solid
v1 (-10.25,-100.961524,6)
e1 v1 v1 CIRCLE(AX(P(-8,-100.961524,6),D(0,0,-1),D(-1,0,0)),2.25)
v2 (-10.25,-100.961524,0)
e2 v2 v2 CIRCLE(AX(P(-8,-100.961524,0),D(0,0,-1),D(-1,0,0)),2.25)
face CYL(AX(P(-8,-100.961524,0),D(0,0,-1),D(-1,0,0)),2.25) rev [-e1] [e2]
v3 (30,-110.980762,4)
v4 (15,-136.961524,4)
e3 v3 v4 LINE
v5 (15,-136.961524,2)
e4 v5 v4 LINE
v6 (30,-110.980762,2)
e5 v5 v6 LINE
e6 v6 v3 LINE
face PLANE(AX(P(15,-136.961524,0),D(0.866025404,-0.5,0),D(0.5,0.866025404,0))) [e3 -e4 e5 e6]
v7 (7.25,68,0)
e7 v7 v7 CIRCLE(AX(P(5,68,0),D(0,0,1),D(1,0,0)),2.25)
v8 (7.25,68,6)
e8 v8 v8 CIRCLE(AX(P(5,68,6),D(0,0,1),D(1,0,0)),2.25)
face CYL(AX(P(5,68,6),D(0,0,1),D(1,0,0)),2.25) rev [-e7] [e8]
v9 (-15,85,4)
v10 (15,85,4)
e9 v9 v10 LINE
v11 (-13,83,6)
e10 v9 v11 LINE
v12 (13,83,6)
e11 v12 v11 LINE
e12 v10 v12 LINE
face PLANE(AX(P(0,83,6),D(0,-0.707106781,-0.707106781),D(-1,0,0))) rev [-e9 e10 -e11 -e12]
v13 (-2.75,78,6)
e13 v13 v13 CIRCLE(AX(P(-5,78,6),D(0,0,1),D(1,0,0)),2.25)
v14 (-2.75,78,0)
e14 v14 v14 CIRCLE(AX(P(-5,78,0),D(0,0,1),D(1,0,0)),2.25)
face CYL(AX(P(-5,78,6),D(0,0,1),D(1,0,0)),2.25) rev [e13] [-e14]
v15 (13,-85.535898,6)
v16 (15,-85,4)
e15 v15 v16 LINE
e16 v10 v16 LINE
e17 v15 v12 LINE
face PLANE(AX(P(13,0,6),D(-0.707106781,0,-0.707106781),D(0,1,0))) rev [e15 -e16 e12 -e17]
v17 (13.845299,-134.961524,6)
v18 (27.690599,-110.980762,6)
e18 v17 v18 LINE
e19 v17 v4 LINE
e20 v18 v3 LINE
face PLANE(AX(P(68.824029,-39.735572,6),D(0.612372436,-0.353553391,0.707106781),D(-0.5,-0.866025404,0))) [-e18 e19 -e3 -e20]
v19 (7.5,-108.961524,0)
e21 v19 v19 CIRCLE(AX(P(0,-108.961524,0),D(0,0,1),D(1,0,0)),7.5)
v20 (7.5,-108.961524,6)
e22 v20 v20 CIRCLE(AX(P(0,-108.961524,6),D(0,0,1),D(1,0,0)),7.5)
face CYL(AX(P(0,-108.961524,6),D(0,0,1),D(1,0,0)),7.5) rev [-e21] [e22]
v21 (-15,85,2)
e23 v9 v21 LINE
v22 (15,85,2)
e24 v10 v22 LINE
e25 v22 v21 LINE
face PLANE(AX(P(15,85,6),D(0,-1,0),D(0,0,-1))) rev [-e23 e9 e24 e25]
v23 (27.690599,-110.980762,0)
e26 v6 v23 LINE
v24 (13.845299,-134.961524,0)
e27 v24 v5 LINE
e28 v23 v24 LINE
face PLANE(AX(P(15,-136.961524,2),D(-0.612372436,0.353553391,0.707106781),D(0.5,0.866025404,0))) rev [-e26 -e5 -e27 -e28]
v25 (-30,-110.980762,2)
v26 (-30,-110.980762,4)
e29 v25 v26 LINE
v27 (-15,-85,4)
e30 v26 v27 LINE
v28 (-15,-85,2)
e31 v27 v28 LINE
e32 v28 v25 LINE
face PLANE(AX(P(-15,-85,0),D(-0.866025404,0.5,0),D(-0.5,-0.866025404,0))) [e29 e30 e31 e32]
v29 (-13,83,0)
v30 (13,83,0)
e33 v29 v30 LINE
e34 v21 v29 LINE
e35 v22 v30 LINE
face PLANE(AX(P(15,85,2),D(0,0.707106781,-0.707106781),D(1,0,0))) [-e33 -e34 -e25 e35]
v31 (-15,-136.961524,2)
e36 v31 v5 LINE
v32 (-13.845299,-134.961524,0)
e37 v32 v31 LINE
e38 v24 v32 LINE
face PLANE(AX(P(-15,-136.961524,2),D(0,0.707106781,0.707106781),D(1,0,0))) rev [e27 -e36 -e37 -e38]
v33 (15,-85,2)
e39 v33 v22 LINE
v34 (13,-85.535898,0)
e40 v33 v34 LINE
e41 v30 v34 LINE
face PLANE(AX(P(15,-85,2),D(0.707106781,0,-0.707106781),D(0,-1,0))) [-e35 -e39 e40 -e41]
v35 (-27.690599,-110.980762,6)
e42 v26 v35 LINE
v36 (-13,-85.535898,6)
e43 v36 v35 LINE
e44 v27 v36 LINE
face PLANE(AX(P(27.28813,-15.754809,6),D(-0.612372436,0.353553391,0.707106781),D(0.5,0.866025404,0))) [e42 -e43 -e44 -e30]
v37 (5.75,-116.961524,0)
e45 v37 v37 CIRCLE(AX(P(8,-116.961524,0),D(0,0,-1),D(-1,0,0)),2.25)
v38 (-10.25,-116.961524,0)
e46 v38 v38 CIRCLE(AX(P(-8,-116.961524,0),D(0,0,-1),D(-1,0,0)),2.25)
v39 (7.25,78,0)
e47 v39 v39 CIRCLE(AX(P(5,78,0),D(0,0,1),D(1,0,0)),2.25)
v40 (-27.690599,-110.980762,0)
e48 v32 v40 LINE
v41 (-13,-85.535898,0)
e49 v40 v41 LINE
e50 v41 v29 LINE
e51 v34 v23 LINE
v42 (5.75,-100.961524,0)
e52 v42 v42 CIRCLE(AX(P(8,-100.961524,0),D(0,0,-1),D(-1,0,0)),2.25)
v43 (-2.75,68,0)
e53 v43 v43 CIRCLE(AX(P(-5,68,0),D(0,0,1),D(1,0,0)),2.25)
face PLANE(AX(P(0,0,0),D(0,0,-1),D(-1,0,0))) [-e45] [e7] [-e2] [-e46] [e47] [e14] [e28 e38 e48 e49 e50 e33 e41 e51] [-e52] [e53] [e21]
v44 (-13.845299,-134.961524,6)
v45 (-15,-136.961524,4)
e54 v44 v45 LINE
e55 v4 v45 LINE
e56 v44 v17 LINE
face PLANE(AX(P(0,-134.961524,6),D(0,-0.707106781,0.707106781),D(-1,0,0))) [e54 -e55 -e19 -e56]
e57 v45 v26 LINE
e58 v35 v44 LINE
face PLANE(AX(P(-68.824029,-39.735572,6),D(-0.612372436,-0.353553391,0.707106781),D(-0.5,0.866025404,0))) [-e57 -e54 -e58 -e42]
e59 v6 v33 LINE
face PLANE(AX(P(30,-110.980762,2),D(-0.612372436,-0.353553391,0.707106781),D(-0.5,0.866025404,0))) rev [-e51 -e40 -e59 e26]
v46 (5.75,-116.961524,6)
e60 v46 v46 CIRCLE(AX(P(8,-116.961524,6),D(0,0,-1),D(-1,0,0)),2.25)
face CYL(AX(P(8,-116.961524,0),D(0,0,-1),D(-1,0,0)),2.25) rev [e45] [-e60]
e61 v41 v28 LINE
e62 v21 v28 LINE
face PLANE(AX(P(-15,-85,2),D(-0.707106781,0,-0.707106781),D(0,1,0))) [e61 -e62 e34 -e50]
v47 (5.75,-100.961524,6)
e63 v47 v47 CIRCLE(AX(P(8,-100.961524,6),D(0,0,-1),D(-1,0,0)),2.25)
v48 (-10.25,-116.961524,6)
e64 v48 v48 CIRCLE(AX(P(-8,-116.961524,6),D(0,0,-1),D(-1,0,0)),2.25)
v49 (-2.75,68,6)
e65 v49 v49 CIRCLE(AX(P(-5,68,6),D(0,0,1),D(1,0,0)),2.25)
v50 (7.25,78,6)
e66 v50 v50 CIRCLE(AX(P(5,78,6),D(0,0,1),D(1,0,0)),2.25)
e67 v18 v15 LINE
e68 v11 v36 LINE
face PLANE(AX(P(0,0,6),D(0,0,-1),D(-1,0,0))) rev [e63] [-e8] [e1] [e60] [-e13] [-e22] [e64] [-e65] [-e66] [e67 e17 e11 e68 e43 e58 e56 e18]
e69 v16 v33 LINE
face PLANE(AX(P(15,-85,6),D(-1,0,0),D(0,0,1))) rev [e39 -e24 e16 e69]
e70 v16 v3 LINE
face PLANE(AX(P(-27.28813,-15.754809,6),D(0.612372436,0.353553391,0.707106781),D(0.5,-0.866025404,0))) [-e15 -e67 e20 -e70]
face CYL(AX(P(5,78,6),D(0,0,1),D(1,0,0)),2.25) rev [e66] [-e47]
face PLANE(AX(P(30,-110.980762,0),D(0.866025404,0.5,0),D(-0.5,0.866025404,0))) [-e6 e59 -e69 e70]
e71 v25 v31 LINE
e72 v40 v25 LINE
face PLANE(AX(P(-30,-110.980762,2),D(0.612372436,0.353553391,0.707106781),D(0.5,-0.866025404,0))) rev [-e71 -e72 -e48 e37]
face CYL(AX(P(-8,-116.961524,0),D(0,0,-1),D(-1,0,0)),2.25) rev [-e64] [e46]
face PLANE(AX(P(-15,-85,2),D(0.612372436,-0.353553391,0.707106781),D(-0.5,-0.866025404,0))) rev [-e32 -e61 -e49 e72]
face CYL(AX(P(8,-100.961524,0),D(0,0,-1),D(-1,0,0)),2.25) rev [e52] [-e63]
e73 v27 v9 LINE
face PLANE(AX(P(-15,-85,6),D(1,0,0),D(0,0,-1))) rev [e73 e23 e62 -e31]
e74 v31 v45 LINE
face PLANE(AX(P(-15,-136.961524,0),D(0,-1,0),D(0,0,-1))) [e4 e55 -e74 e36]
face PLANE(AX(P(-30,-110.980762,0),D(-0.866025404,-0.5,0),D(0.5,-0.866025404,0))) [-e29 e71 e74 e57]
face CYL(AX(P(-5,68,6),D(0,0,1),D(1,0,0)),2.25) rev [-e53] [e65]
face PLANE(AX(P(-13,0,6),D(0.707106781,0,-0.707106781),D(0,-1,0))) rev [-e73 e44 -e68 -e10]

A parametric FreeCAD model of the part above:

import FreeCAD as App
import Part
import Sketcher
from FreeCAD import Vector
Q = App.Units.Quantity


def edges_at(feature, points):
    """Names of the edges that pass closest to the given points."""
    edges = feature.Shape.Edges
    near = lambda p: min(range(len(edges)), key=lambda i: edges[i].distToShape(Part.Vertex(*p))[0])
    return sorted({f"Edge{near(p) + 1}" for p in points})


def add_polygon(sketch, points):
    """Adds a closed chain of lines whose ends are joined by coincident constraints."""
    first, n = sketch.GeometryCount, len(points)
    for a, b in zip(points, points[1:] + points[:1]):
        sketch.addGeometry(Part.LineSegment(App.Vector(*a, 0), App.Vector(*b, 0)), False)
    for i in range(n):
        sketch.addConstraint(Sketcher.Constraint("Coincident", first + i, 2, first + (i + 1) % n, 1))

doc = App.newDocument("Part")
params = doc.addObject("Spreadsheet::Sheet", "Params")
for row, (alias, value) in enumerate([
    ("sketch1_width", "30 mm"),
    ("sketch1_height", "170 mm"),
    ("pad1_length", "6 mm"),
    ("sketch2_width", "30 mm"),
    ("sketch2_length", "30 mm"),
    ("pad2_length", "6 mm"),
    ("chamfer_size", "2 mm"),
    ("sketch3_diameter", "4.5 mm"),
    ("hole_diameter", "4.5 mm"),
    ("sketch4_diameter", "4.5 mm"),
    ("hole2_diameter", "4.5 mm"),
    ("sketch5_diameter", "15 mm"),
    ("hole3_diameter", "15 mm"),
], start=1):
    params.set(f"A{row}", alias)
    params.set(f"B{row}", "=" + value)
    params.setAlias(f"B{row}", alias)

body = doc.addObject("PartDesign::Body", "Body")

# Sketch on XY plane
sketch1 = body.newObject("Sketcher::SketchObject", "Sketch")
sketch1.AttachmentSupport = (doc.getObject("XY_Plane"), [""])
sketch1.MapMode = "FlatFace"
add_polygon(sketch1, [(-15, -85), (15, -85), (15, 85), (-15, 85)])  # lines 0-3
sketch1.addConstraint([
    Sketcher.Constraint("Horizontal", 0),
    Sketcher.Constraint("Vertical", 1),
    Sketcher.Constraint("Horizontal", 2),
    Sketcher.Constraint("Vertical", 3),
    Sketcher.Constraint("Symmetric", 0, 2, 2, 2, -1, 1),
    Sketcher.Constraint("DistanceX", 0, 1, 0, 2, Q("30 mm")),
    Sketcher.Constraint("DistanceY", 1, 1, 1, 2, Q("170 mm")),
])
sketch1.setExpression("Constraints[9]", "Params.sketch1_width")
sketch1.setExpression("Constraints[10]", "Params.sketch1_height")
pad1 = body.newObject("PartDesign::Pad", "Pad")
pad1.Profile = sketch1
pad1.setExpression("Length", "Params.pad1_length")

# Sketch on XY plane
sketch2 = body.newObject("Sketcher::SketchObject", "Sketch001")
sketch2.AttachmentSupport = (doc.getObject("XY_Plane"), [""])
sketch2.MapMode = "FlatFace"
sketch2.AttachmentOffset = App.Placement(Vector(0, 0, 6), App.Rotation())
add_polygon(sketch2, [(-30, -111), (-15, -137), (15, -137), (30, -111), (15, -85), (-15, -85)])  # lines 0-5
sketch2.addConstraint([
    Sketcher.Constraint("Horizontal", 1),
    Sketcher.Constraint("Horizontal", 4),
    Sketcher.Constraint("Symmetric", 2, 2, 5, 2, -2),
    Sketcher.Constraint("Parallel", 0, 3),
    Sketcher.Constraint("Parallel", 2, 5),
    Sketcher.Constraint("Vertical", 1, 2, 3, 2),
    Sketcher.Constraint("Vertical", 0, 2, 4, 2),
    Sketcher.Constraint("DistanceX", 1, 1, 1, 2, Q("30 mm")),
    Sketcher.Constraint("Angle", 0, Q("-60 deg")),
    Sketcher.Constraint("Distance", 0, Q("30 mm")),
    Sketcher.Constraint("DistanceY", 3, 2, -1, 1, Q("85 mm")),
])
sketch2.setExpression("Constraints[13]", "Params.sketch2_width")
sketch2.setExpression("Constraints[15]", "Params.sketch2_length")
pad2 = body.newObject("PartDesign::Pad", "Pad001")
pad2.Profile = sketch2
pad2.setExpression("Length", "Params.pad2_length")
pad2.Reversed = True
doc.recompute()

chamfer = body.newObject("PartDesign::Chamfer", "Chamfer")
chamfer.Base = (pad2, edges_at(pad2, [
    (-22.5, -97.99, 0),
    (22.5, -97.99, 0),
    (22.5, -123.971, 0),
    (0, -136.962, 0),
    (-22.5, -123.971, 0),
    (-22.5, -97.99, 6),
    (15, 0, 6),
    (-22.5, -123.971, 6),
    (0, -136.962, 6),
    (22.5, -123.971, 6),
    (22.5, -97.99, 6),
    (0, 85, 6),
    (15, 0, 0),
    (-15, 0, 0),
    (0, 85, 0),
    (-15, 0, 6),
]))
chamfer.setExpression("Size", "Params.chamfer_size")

Task prompt -> Everything from the line containing "e38 v24 v32 LINE" through the line containing "v38 (-10.25,-116.961524,0)" in the material above should be retyped exactly, both ends included, and nothing more.

Solution to this task ->
e38 v24 v32 LINE
face PLANE(AX(P(-15,-136.961524,2),D(0,0.707106781,0.707106781),D(1,0,0))) rev [e27 -e36 -e37 -e38]
v33 (15,-85,2)
e39 v33 v22 LINE
v34 (13,-85.535898,0)
e40 v33 v34 LINE
e41 v30 v34 LINE
face PLANE(AX(P(15,-85,2),D(0.707106781,0,-0.707106781),D(0,-1,0))) [-e35 -e39 e40 -e41]
v35 (-27.690599,-110.980762,6)
e42 v26 v35 LINE
v36 (-13,-85.535898,6)
e43 v36 v35 LINE
e44 v27 v36 LINE
face PLANE(AX(P(27.28813,-15.754809,6),D(-0.612372436,0.353553391,0.707106781),D(0.5,0.866025404,0))) [e42 -e43 -e44 -e30]
v37 (5.75,-116.961524,0)
e45 v37 v37 CIRCLE(AX(P(8,-116.961524,0),D(0,0,-1),D(-1,0,0)),2.25)
v38 (-10.25,-116.961524,0)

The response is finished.